Même s’il est solidement ancré dans sa Bourgogne natale, ce patron passe trois mois par an à voyager hors de France. Le marché du vin est devenu mondial et les prix des grands crus ont doublé. Une situation qu’il n’apprécie pas particulièrement, craignant d’être « coincé dans le ghetto du luxe ». Les grands vins deviennent objets de spéculation et non de consommation : « Quand les gens achètent des bouteilles à 300 euros, ils les stockent, les mettent aux enchères, et n’osent pas les déboucher. Nous, nous voulons que les gens boivent les grands vins, pas qu’ils les gardent chez eux ! »
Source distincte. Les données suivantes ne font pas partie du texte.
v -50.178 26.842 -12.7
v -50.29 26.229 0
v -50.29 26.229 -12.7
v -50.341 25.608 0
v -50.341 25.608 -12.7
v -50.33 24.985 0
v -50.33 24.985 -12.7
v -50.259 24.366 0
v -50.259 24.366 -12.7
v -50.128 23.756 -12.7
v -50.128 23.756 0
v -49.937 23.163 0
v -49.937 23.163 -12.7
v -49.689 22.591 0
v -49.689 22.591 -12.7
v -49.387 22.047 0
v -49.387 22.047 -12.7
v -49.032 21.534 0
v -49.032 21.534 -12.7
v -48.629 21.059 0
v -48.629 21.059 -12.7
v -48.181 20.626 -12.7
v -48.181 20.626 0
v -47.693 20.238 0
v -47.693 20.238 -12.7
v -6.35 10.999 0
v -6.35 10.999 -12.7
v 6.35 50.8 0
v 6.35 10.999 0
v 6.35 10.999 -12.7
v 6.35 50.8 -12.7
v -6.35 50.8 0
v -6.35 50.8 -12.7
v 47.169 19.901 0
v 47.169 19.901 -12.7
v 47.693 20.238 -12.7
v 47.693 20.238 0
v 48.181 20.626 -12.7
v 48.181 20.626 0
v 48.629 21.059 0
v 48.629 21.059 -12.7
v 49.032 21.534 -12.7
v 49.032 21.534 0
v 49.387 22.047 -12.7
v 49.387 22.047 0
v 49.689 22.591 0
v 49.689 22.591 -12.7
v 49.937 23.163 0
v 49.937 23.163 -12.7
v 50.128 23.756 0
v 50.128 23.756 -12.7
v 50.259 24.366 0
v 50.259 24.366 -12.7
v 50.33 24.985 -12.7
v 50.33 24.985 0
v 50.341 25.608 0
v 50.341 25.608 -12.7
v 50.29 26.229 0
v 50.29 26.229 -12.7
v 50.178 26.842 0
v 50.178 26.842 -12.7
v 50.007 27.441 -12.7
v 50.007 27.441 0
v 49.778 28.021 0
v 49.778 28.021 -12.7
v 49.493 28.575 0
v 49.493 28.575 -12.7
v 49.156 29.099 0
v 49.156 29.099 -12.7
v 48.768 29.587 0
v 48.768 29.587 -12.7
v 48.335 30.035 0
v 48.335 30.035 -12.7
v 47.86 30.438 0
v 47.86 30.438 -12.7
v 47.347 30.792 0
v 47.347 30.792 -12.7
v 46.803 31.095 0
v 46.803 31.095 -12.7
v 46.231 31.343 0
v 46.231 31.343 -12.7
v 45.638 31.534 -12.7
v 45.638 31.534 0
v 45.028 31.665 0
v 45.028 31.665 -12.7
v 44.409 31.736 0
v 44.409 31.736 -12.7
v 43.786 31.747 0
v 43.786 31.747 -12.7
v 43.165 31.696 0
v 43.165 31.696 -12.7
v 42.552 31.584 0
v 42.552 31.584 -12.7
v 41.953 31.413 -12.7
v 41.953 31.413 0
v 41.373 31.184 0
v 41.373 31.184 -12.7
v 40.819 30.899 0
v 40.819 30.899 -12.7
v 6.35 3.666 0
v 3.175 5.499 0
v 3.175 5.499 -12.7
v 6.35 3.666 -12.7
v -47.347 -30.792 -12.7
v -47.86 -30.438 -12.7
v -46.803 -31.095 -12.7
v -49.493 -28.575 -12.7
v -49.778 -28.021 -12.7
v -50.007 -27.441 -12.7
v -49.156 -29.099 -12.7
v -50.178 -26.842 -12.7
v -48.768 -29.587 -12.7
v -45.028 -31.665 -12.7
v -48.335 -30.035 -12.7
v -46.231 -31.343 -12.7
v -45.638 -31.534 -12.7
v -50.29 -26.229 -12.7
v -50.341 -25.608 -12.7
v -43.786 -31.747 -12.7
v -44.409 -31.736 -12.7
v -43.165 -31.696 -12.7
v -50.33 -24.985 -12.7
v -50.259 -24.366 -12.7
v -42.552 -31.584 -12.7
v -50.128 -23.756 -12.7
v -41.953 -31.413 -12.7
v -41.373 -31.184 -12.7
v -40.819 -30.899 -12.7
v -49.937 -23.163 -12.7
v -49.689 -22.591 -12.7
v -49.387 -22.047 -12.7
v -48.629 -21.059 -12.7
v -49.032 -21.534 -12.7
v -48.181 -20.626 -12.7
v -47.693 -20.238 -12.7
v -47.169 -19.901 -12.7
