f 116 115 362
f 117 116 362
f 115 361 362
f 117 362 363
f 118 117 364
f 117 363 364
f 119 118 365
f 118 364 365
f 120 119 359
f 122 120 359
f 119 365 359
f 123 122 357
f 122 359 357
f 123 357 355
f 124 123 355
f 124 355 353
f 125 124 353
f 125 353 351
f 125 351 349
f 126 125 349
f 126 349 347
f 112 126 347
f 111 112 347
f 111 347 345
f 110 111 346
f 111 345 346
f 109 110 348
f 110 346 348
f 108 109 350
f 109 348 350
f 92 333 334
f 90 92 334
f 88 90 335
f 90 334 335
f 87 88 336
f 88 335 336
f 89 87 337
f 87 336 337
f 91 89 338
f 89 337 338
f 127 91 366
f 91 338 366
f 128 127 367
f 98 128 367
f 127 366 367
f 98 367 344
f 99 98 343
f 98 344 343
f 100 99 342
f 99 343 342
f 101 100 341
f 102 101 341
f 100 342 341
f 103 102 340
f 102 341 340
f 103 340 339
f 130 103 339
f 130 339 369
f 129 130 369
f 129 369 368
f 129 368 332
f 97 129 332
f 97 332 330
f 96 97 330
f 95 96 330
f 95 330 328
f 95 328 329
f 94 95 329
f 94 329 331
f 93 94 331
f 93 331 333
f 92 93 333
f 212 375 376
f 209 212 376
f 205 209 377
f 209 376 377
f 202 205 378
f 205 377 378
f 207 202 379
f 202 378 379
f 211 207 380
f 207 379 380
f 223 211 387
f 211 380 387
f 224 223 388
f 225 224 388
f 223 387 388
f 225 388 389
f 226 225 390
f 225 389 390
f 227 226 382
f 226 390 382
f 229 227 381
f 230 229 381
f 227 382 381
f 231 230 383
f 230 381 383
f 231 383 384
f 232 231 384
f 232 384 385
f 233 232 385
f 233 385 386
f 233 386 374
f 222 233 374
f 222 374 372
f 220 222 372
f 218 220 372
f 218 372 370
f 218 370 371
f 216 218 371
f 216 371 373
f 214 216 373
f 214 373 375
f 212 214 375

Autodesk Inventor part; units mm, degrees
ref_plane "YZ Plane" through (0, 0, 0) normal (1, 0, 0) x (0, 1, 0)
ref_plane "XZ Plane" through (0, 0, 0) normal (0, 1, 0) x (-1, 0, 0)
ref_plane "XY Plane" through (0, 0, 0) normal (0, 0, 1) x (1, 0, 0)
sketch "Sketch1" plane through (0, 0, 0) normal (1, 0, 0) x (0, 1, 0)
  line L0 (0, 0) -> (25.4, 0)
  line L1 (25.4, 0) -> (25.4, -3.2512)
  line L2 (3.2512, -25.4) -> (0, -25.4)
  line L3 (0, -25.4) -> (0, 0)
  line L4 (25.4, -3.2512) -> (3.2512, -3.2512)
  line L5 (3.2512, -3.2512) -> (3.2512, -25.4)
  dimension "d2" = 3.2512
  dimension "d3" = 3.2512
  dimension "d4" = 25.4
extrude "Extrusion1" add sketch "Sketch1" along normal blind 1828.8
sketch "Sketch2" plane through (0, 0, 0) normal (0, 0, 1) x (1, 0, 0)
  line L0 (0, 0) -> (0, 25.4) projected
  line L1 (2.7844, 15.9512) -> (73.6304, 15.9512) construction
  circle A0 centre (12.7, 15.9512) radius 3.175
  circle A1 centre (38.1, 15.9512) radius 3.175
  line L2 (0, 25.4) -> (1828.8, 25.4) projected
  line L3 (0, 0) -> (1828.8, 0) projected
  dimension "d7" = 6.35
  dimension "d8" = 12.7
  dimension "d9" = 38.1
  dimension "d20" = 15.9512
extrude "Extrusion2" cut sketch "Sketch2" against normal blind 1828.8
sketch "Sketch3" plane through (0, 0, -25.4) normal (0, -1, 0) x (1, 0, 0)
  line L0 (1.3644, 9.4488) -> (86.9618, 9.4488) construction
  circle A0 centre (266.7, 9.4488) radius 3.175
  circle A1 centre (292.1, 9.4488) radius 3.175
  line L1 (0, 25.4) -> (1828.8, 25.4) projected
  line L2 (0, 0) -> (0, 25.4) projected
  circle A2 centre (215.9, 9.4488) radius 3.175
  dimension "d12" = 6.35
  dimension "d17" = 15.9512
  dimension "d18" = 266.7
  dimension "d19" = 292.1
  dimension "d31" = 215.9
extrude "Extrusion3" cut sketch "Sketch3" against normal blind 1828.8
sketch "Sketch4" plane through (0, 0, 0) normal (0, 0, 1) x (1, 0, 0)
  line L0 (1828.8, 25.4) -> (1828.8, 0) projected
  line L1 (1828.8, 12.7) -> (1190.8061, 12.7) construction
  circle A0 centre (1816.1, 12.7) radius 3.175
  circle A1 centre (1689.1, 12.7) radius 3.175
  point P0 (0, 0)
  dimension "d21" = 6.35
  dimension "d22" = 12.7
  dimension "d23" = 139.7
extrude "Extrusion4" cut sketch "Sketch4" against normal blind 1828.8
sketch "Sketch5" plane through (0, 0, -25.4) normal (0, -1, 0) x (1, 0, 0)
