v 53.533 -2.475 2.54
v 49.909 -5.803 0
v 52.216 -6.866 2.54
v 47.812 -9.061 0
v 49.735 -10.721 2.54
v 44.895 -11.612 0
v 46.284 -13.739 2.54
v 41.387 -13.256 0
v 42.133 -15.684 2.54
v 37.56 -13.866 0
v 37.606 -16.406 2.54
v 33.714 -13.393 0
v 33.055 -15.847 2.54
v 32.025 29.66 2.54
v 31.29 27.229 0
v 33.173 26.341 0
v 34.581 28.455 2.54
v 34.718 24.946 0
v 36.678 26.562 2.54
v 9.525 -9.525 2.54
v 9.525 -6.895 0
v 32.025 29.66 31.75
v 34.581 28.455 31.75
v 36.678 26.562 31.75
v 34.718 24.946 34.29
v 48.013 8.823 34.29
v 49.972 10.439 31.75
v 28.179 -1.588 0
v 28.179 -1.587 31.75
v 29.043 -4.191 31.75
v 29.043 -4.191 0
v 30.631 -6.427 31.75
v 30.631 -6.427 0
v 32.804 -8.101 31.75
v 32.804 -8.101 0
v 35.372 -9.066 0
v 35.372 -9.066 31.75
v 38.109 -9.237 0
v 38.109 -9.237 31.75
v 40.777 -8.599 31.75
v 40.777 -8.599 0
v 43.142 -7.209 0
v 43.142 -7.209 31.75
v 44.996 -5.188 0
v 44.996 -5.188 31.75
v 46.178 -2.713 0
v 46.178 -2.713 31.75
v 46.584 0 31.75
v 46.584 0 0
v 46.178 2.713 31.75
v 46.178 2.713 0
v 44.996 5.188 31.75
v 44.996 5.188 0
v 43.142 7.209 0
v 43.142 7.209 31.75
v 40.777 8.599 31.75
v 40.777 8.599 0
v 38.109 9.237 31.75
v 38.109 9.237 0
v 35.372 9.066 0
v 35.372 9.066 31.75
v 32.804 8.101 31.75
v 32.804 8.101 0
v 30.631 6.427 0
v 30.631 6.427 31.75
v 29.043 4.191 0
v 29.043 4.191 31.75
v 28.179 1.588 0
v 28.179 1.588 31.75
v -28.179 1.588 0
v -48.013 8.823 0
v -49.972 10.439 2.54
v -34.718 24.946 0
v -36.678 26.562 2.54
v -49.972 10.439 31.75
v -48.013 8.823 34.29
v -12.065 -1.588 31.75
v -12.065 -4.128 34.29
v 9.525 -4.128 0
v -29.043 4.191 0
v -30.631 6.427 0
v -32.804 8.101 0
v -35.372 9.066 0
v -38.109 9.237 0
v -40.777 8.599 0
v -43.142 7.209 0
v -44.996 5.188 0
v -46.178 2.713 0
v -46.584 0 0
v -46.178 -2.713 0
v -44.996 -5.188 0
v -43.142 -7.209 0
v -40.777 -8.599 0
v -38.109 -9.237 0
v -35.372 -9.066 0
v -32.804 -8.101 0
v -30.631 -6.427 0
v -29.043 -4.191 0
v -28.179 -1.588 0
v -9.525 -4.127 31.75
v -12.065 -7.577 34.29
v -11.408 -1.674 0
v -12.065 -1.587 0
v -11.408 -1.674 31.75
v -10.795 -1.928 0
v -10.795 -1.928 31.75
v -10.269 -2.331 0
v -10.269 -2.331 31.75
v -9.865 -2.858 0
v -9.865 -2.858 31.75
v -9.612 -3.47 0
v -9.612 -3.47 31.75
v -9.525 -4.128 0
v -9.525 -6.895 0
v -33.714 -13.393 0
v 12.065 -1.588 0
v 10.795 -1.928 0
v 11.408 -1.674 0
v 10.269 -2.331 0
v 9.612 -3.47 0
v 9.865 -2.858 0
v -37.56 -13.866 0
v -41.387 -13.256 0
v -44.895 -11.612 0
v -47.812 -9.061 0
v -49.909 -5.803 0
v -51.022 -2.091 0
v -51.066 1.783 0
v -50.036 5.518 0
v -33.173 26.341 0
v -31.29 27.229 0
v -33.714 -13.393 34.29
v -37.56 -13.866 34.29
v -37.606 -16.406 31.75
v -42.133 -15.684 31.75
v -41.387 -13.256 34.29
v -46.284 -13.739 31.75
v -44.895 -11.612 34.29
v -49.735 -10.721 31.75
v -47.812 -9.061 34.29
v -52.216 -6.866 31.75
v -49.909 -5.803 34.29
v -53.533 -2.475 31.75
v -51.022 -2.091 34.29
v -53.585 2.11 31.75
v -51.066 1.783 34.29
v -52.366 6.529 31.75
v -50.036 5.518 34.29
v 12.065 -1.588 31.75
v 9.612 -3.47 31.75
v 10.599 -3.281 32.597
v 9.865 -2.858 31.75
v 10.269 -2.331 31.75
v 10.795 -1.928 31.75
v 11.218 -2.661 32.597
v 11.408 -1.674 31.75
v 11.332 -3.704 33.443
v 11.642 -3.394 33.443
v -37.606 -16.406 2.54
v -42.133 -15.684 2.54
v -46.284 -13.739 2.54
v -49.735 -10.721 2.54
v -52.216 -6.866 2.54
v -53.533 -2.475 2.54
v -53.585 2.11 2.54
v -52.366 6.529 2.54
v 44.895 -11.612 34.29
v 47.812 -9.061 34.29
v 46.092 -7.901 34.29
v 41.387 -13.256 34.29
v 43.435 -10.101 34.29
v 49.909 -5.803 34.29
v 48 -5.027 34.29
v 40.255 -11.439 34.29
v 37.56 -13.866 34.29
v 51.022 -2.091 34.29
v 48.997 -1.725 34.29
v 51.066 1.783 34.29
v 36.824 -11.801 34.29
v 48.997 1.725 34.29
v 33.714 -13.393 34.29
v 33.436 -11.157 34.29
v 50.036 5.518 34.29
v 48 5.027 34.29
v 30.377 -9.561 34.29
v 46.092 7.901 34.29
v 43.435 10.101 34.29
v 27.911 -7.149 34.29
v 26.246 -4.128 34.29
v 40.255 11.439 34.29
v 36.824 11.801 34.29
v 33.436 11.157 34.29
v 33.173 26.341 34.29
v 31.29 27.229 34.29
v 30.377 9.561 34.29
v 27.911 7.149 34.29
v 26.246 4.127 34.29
Alors le chef d’entreprise n’a pas peur d’expérimenter. Il veut produire « des vins fins, élégants, plutôt que des vins agressifs, tanniques, ou trop boisés ». Sa maison propose plus de 120 références (qu’il connaît toutes sur le bout des doigts), mais Louis-Fabrice Latour redoute pourtant une nouvelle génération de consommateurs moins friands de vin, ou friands différemment, peut-être découragés par un milieu trop hermétique ou tentés par d’autres boissons. Si la mode du rosé, frais, fruité et très prisé des trentenaires, ne l’a pas convaincu – sa maison n’en vend d’ailleurs pas – il a tout de même mis de l’eau dans son vin en faisant l’acquisition de quelques parcelles dans le Var, pour y planter du chardonnay, variété exogène.
Le rêve de la relève
Cette audace, Louis-Fabrice Latour peut se la permettre : le vigneron sait qu’il a derrière lui une famille qui porte son nom, une puissante dynastie qui figure au palmarès des 500 plus grandes fortunes de France selon le magazine Challenges. Quand on lui demande si sa descendance prendra sa suite, il compte bien sur l’un de ses quatre enfants pour reprendre le flambeau… sans trop oser le dire. « J’espère que l’un de mes enfants s’y intéressera. C’est vrai que l’obsession familiale existe. Après, il faut des gens motivés ! Il faut avoir la vocation. » ●
Quatre questions à Louis-Fabrice Latour
Un produit emblématique de la France ?
Je reste dans mon domaine, mais je vais vous répondre : les tonneaux ! Les Français sont champions du monde dans la fabrication des fûts. Même aujourd’hui, le vin reste stocké en tonneaux.
Si vous aviez à composer une table idéale ?
Avec des amis que je n’ai pas vus depuis longtemps. L’hiver est long en Bourgogne, alors je ne veux pas trois feuilles de salade qui se battent en duel ! Je servirais une bonne blanquette de veau, des œufs en meurette, et puis des gougères avec une bonne coupe de champagne. Un grand plateau de fromages, avec du morbier ; rien de trop ésotérique. Enfin, en dessert, une vraie tarte comme on en faisait autrefois.
Selon vous, le repas est-il vécu différemment à l’étranger ?
Oui, même si la très belle clientèle particulière, surtout aux États-Unis, est imprégnée de culture française. Les Anglo-Saxons sont même parfois plus obsessionnels que nous le serions, avec cette volonté de matcher à tout prix le vin parfait avec un mets donné !
C’est quoi, l’art de vivre à la française ?
C’est l’art de savoir se tenir ; un mélange d’éducation, de maintien, de finesse… c’est une façon d’être.